BEGIN

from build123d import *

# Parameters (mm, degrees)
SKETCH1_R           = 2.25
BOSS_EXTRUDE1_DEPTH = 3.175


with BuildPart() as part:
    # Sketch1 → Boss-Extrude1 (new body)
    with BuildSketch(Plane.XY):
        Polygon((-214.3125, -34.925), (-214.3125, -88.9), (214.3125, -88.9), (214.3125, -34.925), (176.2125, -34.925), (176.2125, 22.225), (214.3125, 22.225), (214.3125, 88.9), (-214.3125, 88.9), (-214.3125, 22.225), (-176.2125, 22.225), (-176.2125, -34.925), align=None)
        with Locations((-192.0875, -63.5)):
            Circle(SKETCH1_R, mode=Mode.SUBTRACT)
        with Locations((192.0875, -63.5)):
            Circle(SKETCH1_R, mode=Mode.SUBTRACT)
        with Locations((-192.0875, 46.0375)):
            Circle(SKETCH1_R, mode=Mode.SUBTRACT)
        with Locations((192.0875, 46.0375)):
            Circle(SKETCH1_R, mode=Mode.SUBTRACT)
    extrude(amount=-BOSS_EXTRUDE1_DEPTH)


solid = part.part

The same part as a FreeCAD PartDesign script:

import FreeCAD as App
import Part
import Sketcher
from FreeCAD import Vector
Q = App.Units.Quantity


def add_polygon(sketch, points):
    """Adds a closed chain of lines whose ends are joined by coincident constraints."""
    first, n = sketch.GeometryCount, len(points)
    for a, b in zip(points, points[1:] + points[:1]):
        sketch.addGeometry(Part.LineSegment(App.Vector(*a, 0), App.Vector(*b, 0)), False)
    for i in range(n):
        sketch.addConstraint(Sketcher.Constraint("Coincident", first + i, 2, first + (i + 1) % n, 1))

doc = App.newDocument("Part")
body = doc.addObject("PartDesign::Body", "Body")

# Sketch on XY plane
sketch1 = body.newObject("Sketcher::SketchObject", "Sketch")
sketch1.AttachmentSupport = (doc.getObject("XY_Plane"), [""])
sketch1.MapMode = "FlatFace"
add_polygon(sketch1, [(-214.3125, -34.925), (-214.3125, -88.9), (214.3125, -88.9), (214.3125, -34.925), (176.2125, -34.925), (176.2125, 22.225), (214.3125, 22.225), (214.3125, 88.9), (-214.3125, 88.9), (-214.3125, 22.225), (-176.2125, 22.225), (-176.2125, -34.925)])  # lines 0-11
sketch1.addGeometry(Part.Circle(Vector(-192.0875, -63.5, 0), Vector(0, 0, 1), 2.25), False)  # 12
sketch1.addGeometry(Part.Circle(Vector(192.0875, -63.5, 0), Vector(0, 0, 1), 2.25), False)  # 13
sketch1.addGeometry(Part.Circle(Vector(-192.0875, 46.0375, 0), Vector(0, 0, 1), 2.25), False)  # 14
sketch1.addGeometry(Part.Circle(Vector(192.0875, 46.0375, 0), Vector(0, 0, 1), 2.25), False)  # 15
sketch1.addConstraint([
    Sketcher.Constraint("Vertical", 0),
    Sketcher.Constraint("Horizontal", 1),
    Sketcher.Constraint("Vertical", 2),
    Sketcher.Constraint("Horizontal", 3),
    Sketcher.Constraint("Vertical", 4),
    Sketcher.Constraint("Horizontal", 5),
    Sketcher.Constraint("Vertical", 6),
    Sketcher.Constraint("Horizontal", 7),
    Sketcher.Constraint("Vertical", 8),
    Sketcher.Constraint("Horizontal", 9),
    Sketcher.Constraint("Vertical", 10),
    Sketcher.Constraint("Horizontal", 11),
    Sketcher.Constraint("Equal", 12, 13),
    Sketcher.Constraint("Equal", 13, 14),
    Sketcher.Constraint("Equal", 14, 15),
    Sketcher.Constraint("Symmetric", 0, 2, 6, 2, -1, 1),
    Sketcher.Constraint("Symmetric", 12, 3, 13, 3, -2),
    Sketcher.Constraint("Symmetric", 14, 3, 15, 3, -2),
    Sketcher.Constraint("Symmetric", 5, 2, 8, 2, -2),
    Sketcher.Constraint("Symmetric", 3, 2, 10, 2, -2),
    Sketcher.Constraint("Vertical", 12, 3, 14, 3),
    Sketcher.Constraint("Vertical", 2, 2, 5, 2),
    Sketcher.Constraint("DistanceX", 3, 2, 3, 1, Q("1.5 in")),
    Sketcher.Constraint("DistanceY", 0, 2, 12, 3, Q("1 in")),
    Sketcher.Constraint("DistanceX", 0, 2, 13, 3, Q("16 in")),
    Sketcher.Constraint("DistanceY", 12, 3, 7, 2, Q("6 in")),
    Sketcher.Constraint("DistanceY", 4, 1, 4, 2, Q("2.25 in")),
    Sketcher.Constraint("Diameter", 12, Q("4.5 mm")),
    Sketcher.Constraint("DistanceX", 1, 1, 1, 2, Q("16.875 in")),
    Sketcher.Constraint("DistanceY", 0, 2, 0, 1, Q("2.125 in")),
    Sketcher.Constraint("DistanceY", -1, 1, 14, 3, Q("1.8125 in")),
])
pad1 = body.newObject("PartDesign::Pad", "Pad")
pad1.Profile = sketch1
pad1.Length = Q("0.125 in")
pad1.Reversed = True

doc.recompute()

END
BEGIN

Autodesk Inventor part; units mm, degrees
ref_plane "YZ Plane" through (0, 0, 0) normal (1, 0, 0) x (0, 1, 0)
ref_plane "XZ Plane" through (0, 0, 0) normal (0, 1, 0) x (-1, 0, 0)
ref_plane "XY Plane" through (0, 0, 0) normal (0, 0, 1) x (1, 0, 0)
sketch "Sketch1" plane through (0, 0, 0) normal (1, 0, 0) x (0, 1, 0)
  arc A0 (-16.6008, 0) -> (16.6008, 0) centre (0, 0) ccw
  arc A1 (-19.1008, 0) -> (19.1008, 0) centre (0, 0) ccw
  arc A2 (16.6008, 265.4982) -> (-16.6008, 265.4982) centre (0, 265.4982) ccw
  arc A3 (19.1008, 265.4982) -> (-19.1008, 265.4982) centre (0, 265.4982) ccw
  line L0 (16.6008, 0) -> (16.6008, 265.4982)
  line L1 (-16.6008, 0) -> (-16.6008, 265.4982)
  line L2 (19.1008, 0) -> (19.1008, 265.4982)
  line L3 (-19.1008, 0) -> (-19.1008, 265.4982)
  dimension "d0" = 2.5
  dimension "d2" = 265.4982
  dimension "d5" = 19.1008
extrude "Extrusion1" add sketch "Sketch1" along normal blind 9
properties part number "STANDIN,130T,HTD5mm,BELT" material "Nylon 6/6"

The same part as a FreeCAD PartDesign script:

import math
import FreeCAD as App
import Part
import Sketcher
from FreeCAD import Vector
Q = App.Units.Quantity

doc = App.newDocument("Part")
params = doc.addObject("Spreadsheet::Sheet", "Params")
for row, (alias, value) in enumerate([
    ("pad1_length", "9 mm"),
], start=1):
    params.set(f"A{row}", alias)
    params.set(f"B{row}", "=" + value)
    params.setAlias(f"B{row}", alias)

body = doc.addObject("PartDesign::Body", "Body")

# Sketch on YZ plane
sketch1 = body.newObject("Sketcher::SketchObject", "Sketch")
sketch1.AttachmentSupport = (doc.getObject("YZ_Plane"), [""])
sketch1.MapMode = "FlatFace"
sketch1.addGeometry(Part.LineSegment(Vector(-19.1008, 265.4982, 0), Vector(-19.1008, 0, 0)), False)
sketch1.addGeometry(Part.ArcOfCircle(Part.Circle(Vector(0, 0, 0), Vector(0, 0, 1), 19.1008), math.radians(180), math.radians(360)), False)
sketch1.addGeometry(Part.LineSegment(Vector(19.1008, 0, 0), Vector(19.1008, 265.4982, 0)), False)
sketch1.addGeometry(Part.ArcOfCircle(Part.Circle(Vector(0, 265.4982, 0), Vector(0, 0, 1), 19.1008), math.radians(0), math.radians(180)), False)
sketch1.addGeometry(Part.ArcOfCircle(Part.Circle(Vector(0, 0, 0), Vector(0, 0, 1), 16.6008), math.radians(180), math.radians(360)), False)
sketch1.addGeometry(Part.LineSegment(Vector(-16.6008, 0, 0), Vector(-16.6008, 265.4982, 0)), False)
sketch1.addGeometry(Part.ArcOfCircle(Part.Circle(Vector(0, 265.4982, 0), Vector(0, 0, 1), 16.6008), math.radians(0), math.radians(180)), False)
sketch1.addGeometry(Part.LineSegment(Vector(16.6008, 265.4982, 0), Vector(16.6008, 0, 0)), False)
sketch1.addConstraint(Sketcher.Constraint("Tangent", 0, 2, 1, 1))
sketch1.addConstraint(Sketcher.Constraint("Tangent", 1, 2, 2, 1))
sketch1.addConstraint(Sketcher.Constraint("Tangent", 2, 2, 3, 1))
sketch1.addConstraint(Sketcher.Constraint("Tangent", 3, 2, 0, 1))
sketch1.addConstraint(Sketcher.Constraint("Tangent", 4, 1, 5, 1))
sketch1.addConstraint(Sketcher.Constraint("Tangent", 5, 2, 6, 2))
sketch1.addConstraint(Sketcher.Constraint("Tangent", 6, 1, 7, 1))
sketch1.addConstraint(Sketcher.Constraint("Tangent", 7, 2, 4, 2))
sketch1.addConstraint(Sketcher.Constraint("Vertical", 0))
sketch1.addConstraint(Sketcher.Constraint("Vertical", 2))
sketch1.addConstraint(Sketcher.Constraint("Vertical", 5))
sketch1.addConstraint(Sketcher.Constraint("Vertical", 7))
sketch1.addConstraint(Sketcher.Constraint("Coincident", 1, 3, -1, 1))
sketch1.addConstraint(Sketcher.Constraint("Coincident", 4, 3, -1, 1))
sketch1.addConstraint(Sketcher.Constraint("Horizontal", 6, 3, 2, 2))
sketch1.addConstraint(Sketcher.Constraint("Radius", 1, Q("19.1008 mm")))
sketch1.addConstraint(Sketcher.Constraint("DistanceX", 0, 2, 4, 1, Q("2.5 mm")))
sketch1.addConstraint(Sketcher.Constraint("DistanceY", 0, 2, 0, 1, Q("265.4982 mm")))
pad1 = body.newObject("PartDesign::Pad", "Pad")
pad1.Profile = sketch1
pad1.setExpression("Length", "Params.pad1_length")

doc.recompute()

END

| What to produce |
The word "normal" appears in some lines of the data. Copy every one of those lines.

| Output for this exercise |
ref_plane "YZ Plane" through (0, 0, 0) normal (1, 0, 0) x (0, 1, 0)
ref_plane "XZ Plane" through (0, 0, 0) normal (0, 1, 0) x (-1, 0, 0)
ref_plane "XY Plane" through (0, 0, 0) normal (0, 0, 1) x (1, 0, 0)
sketch "Sketch1" plane through (0, 0, 0) normal (1, 0, 0) x (0, 1, 0)
extrude "Extrusion1" add sketch "Sketch1" along normal blind 9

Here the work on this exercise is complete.